Apportionments are necessary when residuary funds are left in trust to pay the income to a life tenant with the capital eventually passing to remaindermen. This also applies when funds are held in trust for minor beneficiaries; trustees’ powers over income during a minority are different from their powers over capital. The death of a life tenant or when there is a change of beneficiary is another occasion when statutory appointments are carried out. The proportion of income accrued up to the date of the change is due to the original beneficiary or their estate whilst any income accruing after that date is due to the new beneficiary. For trust accounting purposes, apportioned income received is credited to the relevant capital and income accounts and should be dealt with on an arising basis to avoid problems over distribution. A strict application of the Apportionment Act leads to the complexities of rule in re Joel 1967. In this case it was decided that statutory apportionment should be carried out where there is a fund to which Trustee Act 1925, s31 applies, i.e. a fund that is held in trust for members of a class of beneficiaries contingently on their attaining a specified age, and the interest of a beneficiary changes.

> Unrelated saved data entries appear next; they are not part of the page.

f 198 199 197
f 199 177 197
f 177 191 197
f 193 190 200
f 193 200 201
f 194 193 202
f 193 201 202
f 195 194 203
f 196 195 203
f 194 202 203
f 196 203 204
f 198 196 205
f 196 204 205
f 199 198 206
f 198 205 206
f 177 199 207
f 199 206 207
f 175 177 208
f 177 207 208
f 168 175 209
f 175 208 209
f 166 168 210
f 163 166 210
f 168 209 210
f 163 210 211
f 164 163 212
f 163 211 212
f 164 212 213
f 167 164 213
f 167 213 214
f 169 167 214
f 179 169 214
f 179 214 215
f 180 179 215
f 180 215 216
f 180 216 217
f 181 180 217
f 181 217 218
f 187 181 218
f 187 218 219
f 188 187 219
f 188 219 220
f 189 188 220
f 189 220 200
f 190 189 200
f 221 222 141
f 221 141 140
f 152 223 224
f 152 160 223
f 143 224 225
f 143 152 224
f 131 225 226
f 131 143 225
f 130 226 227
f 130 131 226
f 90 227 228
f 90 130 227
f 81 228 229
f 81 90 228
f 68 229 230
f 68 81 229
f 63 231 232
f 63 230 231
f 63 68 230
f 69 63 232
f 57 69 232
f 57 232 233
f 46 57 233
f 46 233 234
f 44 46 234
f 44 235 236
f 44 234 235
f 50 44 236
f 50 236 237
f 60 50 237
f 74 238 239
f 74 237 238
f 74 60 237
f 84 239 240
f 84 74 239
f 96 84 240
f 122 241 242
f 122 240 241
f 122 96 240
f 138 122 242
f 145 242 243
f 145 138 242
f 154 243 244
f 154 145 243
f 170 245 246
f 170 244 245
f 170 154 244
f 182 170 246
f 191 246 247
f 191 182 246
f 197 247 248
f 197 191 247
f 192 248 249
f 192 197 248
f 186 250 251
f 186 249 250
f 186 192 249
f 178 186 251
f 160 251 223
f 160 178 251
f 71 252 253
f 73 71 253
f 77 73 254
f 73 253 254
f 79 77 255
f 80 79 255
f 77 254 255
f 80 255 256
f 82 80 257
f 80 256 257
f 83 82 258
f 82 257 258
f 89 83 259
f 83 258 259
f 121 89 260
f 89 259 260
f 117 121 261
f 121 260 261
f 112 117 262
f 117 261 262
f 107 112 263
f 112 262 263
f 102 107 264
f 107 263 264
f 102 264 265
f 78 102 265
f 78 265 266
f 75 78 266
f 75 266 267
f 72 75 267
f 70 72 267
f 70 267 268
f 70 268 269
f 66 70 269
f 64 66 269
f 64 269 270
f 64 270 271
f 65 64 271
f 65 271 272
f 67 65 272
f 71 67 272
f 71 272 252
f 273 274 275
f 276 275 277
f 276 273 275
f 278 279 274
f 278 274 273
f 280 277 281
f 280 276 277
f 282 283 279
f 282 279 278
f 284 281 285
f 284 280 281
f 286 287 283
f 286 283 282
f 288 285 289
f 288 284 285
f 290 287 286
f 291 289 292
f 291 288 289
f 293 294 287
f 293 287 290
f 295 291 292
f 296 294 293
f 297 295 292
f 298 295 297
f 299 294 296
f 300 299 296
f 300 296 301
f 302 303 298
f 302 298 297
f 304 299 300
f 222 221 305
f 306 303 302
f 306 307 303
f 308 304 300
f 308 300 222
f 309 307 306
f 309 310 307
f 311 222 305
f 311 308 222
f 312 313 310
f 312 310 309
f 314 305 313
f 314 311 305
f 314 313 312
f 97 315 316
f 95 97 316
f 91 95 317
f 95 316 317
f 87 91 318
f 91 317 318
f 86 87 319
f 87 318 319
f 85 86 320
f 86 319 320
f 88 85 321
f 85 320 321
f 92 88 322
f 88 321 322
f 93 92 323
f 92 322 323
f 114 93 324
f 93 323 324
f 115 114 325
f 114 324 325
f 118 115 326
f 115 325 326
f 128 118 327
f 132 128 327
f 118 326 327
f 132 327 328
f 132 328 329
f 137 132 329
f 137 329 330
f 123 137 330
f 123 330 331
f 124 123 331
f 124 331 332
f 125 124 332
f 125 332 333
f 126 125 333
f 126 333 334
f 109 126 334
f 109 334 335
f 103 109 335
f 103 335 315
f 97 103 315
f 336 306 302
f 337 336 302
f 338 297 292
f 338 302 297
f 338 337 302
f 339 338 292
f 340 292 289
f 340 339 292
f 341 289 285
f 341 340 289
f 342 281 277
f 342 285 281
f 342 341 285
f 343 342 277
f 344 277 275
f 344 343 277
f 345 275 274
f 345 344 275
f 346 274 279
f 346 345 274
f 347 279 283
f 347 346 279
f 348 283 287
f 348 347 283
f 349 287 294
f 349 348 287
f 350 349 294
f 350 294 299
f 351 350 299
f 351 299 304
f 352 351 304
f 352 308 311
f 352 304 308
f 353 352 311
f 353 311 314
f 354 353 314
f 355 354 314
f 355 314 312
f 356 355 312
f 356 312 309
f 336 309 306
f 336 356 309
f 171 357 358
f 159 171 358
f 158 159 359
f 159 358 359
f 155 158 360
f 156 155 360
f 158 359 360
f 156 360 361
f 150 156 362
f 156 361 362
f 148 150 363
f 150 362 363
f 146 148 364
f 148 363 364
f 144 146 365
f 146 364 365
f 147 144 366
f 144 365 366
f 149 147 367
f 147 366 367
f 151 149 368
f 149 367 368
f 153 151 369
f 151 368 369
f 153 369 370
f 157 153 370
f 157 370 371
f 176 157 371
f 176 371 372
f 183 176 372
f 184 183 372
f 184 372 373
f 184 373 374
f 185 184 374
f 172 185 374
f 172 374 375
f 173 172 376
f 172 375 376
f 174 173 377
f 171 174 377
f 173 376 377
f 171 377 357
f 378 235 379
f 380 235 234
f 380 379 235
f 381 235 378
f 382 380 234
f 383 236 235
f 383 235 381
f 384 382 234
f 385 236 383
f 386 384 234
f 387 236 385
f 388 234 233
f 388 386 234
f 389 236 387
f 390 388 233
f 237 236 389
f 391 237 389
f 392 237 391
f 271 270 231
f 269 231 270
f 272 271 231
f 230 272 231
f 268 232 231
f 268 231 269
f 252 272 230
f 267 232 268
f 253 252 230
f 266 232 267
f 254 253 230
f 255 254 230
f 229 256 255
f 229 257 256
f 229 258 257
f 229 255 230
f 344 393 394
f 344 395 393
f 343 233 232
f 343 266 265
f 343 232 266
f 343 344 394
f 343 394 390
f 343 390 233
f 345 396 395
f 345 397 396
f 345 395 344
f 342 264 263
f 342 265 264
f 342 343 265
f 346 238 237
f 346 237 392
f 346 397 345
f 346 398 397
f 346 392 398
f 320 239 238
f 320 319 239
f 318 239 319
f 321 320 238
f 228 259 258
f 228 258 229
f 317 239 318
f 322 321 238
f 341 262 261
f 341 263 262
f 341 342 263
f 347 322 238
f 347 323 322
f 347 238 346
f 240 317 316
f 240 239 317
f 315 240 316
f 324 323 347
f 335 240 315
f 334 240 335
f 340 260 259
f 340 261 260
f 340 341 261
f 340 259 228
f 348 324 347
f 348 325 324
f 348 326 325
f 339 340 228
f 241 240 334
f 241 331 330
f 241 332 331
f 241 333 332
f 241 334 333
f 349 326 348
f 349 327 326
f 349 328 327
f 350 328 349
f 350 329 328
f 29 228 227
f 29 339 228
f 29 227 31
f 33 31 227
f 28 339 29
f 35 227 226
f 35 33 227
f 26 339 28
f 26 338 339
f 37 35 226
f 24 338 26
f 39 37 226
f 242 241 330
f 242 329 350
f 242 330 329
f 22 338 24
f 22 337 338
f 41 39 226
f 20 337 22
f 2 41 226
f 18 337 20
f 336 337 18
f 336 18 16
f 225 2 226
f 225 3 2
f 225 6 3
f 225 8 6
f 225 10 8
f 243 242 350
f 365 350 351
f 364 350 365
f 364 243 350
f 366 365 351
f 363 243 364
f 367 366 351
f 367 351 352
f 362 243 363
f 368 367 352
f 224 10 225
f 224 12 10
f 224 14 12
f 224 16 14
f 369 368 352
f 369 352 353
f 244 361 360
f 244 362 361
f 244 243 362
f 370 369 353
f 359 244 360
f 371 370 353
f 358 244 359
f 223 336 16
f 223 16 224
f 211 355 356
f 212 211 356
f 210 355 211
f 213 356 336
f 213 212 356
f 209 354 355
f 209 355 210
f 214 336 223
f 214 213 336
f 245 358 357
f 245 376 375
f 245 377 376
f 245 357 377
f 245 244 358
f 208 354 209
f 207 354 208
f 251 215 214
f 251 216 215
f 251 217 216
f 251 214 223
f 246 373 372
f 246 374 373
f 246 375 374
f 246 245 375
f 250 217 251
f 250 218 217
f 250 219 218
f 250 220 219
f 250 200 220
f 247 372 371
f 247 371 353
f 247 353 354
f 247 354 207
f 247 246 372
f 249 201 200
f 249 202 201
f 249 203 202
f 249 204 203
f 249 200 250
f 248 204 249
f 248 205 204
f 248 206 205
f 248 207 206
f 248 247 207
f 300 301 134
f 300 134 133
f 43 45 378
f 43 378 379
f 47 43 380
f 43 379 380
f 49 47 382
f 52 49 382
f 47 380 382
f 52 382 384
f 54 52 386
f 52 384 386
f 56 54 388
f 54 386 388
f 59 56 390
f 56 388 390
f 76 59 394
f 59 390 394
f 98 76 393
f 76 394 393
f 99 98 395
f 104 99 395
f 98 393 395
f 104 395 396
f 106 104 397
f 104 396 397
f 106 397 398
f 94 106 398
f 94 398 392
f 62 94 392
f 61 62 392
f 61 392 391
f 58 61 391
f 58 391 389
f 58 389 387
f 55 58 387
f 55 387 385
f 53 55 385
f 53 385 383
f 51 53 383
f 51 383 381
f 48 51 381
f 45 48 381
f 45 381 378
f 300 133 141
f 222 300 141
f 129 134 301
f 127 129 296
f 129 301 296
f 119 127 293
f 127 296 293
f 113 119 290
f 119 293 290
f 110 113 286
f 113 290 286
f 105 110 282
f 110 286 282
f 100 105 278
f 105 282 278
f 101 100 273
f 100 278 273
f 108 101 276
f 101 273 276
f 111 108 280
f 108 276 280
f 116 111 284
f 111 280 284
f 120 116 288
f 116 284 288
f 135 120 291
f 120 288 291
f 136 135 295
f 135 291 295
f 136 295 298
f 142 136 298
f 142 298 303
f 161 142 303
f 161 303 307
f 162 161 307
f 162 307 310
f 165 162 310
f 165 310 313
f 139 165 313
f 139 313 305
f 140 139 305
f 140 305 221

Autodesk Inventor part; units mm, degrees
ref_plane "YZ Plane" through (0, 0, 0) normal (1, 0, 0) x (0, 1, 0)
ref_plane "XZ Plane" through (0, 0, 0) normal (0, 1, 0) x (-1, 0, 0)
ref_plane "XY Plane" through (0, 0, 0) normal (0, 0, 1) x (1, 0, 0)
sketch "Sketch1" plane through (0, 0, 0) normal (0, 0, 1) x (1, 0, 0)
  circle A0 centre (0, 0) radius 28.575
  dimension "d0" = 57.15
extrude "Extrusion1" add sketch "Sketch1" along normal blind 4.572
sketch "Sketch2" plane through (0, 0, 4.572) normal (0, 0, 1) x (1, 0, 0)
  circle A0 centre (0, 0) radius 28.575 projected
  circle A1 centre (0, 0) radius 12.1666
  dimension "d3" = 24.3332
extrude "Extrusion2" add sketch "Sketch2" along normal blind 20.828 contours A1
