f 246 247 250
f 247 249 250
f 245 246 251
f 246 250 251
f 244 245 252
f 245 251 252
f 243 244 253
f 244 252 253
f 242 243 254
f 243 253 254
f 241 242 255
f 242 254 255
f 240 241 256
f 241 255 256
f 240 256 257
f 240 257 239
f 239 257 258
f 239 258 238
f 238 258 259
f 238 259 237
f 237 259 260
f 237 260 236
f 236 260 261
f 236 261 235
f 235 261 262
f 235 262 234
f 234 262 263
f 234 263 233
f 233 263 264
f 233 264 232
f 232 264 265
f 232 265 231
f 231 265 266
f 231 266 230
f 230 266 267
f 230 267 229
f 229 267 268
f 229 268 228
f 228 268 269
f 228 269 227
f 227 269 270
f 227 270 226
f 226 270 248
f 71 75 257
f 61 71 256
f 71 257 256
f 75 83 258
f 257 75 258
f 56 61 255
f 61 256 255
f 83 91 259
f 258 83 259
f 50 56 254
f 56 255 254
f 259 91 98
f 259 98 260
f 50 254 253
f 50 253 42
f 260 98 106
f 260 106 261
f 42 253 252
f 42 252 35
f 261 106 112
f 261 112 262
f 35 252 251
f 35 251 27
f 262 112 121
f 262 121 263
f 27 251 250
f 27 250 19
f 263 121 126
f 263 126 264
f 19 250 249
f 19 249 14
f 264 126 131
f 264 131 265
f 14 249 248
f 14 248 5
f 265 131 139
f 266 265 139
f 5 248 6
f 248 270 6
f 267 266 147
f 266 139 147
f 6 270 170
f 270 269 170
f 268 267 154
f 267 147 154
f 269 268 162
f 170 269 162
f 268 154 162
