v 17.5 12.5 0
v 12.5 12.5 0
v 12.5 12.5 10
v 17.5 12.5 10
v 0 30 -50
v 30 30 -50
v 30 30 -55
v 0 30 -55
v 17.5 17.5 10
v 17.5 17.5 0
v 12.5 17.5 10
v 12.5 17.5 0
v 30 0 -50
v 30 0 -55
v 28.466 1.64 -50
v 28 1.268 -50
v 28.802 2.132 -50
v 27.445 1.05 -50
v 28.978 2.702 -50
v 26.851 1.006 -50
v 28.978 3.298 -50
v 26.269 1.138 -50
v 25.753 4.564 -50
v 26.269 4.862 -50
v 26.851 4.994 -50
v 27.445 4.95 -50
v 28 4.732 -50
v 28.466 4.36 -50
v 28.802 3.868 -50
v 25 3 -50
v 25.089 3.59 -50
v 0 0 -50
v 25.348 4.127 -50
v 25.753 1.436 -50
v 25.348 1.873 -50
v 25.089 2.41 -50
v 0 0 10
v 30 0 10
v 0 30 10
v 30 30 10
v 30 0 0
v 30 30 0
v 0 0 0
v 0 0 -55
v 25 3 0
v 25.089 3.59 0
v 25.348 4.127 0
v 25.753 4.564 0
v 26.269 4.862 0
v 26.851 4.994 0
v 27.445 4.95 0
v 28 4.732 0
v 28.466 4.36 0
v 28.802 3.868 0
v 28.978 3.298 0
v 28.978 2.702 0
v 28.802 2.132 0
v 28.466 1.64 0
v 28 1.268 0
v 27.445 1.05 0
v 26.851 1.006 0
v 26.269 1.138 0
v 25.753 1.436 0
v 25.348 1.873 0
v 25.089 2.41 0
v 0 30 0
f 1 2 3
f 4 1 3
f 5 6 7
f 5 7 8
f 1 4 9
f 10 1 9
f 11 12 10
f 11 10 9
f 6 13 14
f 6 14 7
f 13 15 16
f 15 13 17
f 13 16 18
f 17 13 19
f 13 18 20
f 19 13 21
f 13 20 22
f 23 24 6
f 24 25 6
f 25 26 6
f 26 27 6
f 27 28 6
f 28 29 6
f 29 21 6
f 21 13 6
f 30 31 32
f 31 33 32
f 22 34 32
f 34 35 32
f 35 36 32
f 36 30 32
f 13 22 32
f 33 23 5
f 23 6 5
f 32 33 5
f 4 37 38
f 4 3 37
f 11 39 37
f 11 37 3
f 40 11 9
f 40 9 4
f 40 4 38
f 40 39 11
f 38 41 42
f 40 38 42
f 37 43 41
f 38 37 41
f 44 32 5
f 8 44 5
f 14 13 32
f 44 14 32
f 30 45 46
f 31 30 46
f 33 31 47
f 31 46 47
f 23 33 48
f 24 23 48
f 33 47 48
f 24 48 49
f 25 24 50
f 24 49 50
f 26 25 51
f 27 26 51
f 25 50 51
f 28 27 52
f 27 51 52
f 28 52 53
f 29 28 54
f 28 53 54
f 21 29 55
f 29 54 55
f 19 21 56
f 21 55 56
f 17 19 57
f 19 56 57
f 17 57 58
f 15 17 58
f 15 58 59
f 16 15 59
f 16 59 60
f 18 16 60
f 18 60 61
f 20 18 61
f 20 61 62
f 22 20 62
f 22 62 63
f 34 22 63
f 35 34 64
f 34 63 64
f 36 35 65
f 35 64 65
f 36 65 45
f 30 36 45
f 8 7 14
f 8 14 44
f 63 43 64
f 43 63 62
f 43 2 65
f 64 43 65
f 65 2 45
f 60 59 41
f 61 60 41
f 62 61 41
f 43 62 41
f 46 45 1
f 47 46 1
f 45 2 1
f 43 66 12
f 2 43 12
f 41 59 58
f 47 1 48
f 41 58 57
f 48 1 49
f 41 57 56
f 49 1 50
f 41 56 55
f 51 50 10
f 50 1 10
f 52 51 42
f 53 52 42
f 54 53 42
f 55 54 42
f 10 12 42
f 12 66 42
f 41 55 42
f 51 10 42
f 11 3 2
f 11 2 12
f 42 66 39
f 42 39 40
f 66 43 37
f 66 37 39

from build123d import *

# Parameters (mm, degrees)
SKETCH1_W           = 30
SKETCH1_H           = 30
BOSS_EXTRUDE1_DEPTH = 10
SKETCH3_R           = 2
BOSS_EXTRUDE4_DEPTH = 50
SKETCH4_W           = 30
SKETCH4_H           = 30
BOSS_EXTRUDE5_DEPTH = 5
CAVITY1_START       = 12.5
CAVITY1_OUTLINE_W   = 5
CAVITY1_OUTLINE_H   = 10
CAVITY1_DEPTH       = 5


# Read off the part's stored shape, not the designer's step: Cavity1
with BuildPart() as part:
    # Sketch1 → Boss-Extrude1 (new body)
    with BuildSketch(Plane.XY):
        with Locations((15, 15)):
            Rectangle(SKETCH1_W, SKETCH1_H)
    extrude(amount=BOSS_EXTRUDE1_DEPTH)

    # Sketch3 → Boss-Extrude4 (add)
    with BuildSketch(Plane(origin=(0, 0, 0), x_dir=(-1, 0, 0), z_dir=(0, 0, -1))):
        with Locations((-27, 3)):
            Circle(SKETCH3_R)
    extrude(amount=BOSS_EXTRUDE4_DEPTH)

    # Sketch4 → Boss-Extrude5 (add)
    with BuildSketch(Plane(origin=(0, 0, -50), x_dir=(-1, 0, 0), z_dir=(0, 0, -1))):
        with Locations((-15, 15)):
            Rectangle(SKETCH4_W, SKETCH4_H)
    extrude(amount=BOSS_EXTRUDE5_DEPTH)

    # Cavity1 outline → Cavity1 (cut)
    with BuildSketch(Plane.YZ.offset(CAVITY1_START)):
        with Locations((15, 5)):
            Rectangle(CAVITY1_OUTLINE_W, CAVITY1_OUTLINE_H)
    extrude(amount=CAVITY1_DEPTH, mode=Mode.SUBTRACT)


solid = part.part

In July 2004 the Law Commission issued a consultation paper on reform of (i) rules governing the classification of trust receipts as income or capital; (ii) the rules, both equitable and statutory, requiring conversion of the original property or apportionment between the capital and income accounts; and (iii) the impact of the rules on charities, with particular reference to permanent endowments. This was as a result of concerns raised during the passage of the (now) Trustee Act 2000. The law commission published its report: ‘Capital and Income in Trusts: Classification and Apportionment (Law com No 315) on 6 May 2009. Copies are available from www.lawcom.gov.uk/citcat.htm.